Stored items
***

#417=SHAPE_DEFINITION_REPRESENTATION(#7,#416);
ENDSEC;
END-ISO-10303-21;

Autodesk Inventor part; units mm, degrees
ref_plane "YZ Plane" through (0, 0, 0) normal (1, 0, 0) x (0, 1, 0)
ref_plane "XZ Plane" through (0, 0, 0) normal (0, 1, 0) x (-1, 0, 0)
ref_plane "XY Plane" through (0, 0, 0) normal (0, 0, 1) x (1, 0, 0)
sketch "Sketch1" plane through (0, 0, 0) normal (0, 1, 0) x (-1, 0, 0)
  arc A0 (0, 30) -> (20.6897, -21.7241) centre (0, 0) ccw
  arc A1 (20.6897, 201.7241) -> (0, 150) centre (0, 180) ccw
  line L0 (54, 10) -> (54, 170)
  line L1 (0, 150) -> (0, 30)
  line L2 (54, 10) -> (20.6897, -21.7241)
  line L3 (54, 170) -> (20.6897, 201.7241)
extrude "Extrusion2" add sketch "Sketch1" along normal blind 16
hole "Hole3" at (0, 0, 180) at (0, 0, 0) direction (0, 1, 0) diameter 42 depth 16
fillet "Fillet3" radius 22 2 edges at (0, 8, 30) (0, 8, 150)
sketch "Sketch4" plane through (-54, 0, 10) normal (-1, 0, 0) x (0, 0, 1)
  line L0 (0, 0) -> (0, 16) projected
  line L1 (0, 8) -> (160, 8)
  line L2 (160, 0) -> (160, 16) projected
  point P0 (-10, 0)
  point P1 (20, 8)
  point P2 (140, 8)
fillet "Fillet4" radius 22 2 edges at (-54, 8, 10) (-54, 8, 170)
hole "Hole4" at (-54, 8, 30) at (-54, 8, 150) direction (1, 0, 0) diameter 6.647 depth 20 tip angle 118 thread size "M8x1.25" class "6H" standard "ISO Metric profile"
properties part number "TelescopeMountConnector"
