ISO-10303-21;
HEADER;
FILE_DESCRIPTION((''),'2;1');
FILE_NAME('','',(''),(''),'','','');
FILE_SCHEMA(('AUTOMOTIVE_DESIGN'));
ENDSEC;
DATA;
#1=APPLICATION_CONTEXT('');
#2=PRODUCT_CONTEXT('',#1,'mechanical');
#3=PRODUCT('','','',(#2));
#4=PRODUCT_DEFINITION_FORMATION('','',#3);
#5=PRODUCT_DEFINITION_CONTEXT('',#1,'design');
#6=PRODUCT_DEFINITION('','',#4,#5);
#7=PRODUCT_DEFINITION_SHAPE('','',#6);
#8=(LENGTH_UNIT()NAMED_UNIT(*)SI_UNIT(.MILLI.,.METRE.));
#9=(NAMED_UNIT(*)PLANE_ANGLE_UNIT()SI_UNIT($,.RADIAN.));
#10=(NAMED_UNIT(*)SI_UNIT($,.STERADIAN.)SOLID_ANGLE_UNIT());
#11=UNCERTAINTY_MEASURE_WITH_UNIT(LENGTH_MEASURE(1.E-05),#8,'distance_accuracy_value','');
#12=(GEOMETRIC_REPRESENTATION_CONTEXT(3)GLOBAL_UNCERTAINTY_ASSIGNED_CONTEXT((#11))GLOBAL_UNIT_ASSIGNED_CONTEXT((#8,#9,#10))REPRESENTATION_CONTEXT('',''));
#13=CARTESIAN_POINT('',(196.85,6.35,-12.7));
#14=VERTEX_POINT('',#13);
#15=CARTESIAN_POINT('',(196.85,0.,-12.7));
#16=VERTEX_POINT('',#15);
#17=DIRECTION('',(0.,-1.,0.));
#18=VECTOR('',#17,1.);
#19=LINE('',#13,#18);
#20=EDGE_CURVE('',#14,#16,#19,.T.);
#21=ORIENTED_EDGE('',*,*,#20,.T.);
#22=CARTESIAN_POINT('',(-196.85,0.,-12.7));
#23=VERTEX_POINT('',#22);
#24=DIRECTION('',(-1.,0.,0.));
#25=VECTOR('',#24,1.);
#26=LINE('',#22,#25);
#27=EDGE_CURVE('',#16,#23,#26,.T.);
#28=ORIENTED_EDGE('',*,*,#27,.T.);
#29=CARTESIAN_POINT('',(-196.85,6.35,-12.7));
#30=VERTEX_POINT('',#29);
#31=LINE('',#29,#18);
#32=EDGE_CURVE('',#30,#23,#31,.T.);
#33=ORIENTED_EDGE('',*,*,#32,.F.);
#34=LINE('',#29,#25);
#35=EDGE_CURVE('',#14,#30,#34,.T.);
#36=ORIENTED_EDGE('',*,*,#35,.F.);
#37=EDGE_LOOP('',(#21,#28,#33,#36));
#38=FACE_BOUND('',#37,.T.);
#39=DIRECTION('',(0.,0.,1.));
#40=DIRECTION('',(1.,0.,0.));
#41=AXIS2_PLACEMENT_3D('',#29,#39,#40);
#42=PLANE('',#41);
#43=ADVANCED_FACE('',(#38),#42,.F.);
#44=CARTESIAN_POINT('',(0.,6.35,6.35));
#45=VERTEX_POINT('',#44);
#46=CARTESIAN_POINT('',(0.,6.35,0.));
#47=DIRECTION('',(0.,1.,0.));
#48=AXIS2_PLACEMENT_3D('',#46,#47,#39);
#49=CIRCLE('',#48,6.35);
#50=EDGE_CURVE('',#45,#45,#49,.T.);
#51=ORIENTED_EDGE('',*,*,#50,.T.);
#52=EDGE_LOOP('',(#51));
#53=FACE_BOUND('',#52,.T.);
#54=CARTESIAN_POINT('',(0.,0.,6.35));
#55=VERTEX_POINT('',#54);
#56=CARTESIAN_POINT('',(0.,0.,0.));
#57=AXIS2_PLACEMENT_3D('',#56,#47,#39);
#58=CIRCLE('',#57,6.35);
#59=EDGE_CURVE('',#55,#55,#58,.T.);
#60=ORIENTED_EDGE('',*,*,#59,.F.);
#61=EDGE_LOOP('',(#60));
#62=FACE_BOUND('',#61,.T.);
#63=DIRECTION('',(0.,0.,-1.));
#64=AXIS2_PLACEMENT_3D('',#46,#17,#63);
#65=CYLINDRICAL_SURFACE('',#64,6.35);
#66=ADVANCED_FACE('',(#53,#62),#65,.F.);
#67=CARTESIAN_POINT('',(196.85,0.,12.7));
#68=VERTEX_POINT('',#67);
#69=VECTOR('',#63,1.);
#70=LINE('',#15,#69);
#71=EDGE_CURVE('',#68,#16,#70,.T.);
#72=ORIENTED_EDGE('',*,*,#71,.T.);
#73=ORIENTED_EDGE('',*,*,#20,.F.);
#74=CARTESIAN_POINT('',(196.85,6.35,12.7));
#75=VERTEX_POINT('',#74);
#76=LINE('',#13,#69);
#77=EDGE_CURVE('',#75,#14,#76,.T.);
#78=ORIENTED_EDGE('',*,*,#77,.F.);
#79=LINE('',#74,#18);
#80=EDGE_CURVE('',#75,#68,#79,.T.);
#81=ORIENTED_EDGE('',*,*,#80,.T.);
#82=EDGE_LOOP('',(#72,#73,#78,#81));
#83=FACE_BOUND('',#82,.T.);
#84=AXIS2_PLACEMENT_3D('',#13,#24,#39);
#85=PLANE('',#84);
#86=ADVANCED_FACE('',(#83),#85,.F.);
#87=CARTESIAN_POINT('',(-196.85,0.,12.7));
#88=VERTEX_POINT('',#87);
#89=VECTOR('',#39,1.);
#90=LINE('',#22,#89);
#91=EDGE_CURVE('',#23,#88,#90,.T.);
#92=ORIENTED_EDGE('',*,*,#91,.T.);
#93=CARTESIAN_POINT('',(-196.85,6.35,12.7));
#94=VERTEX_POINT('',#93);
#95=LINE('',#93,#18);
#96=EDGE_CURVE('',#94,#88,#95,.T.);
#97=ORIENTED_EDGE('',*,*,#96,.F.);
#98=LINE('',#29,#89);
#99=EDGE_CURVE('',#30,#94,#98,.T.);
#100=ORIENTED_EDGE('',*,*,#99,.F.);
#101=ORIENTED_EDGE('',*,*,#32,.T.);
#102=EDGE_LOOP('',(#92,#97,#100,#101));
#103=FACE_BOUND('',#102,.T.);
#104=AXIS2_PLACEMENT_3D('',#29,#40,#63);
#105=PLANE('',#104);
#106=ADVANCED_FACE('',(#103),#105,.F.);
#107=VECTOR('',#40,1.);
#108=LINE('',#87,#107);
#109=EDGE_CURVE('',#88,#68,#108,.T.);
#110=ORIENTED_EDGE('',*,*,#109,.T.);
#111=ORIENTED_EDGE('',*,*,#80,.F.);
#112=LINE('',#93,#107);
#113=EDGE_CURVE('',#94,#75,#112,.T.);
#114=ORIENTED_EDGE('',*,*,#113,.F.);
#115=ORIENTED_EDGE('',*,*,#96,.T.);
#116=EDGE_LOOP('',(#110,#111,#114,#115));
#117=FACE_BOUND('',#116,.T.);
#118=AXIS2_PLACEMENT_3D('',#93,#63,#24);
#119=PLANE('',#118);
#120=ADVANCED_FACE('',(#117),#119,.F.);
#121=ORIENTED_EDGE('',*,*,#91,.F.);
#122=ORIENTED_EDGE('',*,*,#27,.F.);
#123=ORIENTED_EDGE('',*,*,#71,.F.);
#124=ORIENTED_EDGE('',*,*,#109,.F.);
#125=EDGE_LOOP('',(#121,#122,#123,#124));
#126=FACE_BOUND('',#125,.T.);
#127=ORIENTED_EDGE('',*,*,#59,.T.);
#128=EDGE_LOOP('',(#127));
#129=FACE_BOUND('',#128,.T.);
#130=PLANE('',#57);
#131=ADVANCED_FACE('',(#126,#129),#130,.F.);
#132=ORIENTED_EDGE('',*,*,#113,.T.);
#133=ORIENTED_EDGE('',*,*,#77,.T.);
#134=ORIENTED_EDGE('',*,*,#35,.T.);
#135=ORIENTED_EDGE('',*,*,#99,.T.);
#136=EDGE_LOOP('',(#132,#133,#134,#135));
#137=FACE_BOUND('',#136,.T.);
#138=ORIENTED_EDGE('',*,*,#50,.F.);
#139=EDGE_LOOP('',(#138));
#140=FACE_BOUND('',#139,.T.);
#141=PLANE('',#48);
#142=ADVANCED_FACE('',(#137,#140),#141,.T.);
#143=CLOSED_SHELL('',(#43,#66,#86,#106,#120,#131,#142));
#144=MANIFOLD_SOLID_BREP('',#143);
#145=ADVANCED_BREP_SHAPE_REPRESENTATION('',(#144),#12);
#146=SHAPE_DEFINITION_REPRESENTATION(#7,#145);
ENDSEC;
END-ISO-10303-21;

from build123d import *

# Parameters (mm, degrees)
SKETCH2_W           = 393.7
SKETCH2_H           = 25.4
SKETCH2_R           = 6.35
BOSS_EXTRUDE1_DEPTH = 6.35


with BuildPart() as part:
    # Sketch2 → Boss-Extrude1 (new body)
    with BuildSketch(Plane(origin=(0, 0, 0), x_dir=(1, 0, 0), z_dir=(0, 1, 0))):
        Rectangle(SKETCH2_W, SKETCH2_H)
        Circle(SKETCH2_R, mode=Mode.SUBTRACT)
    extrude(amount=BOSS_EXTRUDE1_DEPTH)


solid = part.part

***

▶ Task to complete: Please give an exact copy of the entries above, from the line with "#106=ADVANCED_FACE('',(#103),#105,.F.);" down to the line with "#123=ORIENTED_EDGE('',*,*,#71,.F.);", inclusive, and nothing else.

▶ Solution to the problem:
#106=ADVANCED_FACE('',(#103),#105,.F.);
#107=VECTOR('',#40,1.);
#108=LINE('',#87,#107);
#109=EDGE_CURVE('',#88,#68,#108,.T.);
#110=ORIENTED_EDGE('',*,*,#109,.T.);
#111=ORIENTED_EDGE('',*,*,#80,.F.);
#112=LINE('',#93,#107);
#113=EDGE_CURVE('',#94,#75,#112,.T.);
#114=ORIENTED_EDGE('',*,*,#113,.F.);
#115=ORIENTED_EDGE('',*,*,#96,.T.);
#116=EDGE_LOOP('',(#110,#111,#114,#115));
#117=FACE_BOUND('',#116,.T.);
#118=AXIS2_PLACEMENT_3D('',#93,#63,#24);
#119=PLANE('',#118);
#120=ADVANCED_FACE('',(#117),#119,.F.);
#121=ORIENTED_EDGE('',*,*,#91,.F.);
#122=ORIENTED_EDGE('',*,*,#27,.F.);
#123=ORIENTED_EDGE('',*,*,#71,.F.);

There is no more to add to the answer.